TASK INSTRUCTIONS: For the entries below, print exactly the lines between the line holding "#42=ORIENTED_EDGE('',*,*,#41,.T.);" and the line holding "#53=EDGE_CURVE('',#44,#35,#52,.T.);", inclusive, and nothing else.
[Start of Attachment]
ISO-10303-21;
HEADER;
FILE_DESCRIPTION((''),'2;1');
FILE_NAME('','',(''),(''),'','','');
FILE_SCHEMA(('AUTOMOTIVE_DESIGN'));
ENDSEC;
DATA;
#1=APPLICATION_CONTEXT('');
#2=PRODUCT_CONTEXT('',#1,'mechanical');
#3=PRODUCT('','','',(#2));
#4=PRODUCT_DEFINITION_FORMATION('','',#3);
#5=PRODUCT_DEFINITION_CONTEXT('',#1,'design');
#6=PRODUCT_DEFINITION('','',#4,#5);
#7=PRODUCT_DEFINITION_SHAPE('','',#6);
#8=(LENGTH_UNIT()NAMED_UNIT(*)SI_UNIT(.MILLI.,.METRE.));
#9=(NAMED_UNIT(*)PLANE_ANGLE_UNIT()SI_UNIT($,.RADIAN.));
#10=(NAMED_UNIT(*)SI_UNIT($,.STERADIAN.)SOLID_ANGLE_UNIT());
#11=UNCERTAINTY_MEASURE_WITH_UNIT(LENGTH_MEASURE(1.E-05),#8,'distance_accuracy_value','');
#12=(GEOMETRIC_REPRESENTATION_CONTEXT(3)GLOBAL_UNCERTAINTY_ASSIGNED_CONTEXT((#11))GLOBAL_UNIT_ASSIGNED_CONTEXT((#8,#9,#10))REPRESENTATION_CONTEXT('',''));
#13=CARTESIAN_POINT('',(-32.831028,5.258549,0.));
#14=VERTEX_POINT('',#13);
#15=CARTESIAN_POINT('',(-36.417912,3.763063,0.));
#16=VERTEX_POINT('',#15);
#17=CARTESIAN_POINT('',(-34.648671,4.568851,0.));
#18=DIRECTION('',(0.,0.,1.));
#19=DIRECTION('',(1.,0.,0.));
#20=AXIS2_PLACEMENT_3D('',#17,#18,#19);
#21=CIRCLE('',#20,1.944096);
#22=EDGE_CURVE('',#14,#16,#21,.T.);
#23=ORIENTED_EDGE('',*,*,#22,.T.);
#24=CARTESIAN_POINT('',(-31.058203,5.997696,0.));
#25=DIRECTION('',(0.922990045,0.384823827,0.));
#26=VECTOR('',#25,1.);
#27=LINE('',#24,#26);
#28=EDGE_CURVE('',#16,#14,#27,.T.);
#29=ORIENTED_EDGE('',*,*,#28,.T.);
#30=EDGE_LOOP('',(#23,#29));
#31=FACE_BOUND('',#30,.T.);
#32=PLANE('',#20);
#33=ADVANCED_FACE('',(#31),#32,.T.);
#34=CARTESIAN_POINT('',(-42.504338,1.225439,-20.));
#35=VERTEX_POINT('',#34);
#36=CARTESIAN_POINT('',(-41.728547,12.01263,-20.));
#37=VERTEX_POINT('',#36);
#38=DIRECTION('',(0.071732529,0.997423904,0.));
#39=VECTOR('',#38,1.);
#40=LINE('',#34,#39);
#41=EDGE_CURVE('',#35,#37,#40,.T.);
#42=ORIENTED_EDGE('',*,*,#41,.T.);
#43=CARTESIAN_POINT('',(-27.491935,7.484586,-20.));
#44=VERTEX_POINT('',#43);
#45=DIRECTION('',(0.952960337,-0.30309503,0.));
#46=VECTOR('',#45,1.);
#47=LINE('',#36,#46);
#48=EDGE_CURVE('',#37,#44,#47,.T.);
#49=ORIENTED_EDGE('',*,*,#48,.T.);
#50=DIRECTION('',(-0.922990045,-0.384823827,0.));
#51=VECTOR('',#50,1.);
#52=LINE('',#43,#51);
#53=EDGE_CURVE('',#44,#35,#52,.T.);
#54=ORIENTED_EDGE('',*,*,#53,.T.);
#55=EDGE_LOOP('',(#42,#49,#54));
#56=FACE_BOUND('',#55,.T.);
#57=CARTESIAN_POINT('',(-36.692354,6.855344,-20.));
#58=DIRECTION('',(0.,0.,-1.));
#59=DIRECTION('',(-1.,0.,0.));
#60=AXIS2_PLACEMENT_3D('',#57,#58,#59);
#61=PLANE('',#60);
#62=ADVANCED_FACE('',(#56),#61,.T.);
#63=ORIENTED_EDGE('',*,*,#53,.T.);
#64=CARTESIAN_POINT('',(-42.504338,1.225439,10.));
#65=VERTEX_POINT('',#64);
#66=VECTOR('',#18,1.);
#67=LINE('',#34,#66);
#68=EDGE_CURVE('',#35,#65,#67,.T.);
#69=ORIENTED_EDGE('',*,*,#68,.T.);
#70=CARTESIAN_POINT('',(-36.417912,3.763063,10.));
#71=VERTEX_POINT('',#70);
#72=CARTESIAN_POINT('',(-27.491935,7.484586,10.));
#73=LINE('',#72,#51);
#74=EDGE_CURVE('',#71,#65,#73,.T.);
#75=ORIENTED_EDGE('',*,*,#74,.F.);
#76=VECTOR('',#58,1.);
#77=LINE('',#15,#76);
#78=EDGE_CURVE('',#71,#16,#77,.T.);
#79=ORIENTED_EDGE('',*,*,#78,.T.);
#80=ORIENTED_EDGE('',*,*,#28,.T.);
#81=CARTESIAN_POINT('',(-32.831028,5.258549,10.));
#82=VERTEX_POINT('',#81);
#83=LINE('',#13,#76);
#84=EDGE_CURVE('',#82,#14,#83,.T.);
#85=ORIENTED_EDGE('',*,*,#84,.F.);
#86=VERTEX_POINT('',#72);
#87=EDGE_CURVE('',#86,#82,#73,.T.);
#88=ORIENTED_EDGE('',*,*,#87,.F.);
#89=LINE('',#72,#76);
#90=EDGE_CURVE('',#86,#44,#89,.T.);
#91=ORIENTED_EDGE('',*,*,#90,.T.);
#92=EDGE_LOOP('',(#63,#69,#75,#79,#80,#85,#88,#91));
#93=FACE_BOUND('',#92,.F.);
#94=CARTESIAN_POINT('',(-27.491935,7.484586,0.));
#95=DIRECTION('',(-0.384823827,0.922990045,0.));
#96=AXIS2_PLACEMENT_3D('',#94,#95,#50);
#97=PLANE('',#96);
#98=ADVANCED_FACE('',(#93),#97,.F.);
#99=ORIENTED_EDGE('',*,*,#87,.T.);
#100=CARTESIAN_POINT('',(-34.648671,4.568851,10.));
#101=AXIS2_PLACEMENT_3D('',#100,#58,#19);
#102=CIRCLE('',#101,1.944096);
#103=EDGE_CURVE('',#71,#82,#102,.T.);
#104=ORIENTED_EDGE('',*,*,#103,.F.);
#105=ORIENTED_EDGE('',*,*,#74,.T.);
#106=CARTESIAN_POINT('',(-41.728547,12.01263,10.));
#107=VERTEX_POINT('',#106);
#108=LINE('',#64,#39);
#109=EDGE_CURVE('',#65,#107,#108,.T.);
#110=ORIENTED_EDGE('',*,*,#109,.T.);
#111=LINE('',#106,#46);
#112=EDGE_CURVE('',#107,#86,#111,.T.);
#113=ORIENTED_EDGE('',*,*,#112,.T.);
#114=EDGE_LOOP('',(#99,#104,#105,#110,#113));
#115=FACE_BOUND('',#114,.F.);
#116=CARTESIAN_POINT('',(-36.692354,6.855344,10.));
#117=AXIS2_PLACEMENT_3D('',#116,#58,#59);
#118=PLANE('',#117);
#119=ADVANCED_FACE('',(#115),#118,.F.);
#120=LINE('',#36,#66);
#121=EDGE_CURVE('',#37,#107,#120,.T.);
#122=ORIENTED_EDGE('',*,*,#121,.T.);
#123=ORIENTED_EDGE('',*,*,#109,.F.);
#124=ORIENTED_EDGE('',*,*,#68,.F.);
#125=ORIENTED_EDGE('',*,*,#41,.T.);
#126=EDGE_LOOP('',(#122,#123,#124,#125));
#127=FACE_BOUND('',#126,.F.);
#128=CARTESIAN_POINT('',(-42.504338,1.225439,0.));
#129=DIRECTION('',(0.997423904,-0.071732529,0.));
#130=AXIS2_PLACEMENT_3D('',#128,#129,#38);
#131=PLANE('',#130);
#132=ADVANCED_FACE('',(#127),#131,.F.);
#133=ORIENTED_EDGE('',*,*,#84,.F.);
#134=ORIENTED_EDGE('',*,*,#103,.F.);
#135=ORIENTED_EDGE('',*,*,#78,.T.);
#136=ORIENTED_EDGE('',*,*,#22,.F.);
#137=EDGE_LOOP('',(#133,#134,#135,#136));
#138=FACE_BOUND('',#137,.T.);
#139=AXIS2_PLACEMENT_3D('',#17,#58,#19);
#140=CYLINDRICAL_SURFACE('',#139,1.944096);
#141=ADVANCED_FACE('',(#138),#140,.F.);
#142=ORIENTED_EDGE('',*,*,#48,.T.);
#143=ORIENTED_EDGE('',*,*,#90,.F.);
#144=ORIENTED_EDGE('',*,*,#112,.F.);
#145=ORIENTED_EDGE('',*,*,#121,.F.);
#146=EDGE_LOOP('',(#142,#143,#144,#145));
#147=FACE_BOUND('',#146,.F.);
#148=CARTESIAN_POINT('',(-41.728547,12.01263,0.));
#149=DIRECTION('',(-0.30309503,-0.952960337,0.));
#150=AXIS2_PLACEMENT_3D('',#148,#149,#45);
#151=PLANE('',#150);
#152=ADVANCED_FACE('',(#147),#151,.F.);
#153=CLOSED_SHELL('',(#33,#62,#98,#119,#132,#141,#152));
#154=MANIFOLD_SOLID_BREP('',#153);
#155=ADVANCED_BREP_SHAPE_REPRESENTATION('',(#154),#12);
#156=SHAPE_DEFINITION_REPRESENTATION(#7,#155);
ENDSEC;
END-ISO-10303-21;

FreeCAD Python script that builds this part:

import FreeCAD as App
import Part
import Sketcher

V = App.Vector
Q = App.Units.Quantity


def add_polygon(sketch, points):
    """Adds a closed chain of lines whose ends are joined by coincident constraints."""
    first, n = sketch.GeometryCount, len(points)
    for a, b in zip(points, points[1:] + points[:1]):
        sketch.addGeometry(Part.LineSegment(App.Vector(*a, 0), App.Vector(*b, 0)), False)
    for i in range(n):
        sketch.addConstraint(Sketcher.Constraint("Coincident", first + i, 2, first + (i + 1) % n, 1))

doc = App.newDocument("Part")
params = doc.addObject("Spreadsheet::Sheet", "Params")
for row, (alias, value) in enumerate([
    ("pad1_length", "100 mm"),
    ("pad2_length", "10 mm"),
    ("pad2_length2", "20 mm"),
], start=1):
    params.set(f"A{row}", alias)
    params.set(f"B{row}", "=" + value)
    params.setAlias(f"B{row}", alias)

body = doc.addObject("PartDesign::Body", "Body")

sketch1 = body.newObject("Sketcher::SketchObject", "Sketch")
sketch1.AttachmentSupport = (doc.getObject("XY_Plane"), [""])
sketch1.MapMode = "FlatFace"
sketch1.addGeometry(Part.Circle(V(-34.6, 4.6, 0), V(0, 0, 1), 1.9), False)
sketch1.addConstraint(Sketcher.Constraint("Diameter", 0, Q("3.888192 mm")))
sketch1.addConstraint(Sketcher.Constraint("DistanceX", 0, 3, -1, 1, Q("34.648671 mm")))
sketch1.addConstraint(Sketcher.Constraint("DistanceY", -1, 1, 0, 3, Q("4.568851 mm")))
pad1 = body.newObject("PartDesign::Pad", "Pad")
pad1.Profile = sketch1
pad1.setExpression("Length", "Params.pad1_length")
body2 = doc.addObject("PartDesign::Body", "Body001")

sketch2 = body2.newObject("Sketcher::SketchObject", "Sketch001")
sketch2.AttachmentSupport = (doc.getObject("XY_Plane001"), [""])
sketch2.MapMode = "FlatFace"
add_polygon(sketch2, [(-27, 7), (-42, 12), (-43, 1)])
sketch2.addConstraint(Sketcher.Constraint("Distance", 1, Q("10.815052 mm")))
sketch2.addConstraint(Sketcher.Constraint("DistanceY", -1, 1, 0, 2, Q("12.01263 mm")))
sketch2.addConstraint(Sketcher.Constraint("DistanceY", -1, 1, 1, 2, Q("1.225439 mm")))
sketch2.addConstraint(Sketcher.Constraint("DistanceX", 0, 2, 2, 2, Q("14.236612 mm")))
sketch2.addConstraint(Sketcher.Constraint("Distance", 0, Q("14.939354 mm")))
sketch2.addConstraint(Sketcher.Constraint("DistanceX", 0, 2, -1, 1, Q("41.728547 mm")))
pad2 = body2.newObject("PartDesign::Pad", "Pad001")
pad2.Profile = sketch2
pad2.Type = "TwoLengths"
pad2.setExpression("Length", "Params.pad2_length")
pad2.setExpression("Length2", "Params.pad2_length2")
doc.recompute()

boolean = body2.newObject("PartDesign::Boolean", "Boolean")
boolean.Type = "Cut"
boolean.addObjects([body])

doc.recompute()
[End of Attachment]
TASK RESULT:
#42=ORIENTED_EDGE('',*,*,#41,.T.);
#43=CARTESIAN_POINT('',(-27.491935,7.484586,-20.));
#44=VERTEX_POINT('',#43);
#45=DIRECTION('',(0.952960337,-0.30309503,0.));
#46=VECTOR('',#45,1.);
#47=LINE('',#36,#46);
#48=EDGE_CURVE('',#37,#44,#47,.T.);
#49=ORIENTED_EDGE('',*,*,#48,.T.);
#50=DIRECTION('',(-0.922990045,-0.384823827,0.));
#51=VECTOR('',#50,1.);
#52=LINE('',#43,#51);
#53=EDGE_CURVE('',#44,#35,#52,.T.);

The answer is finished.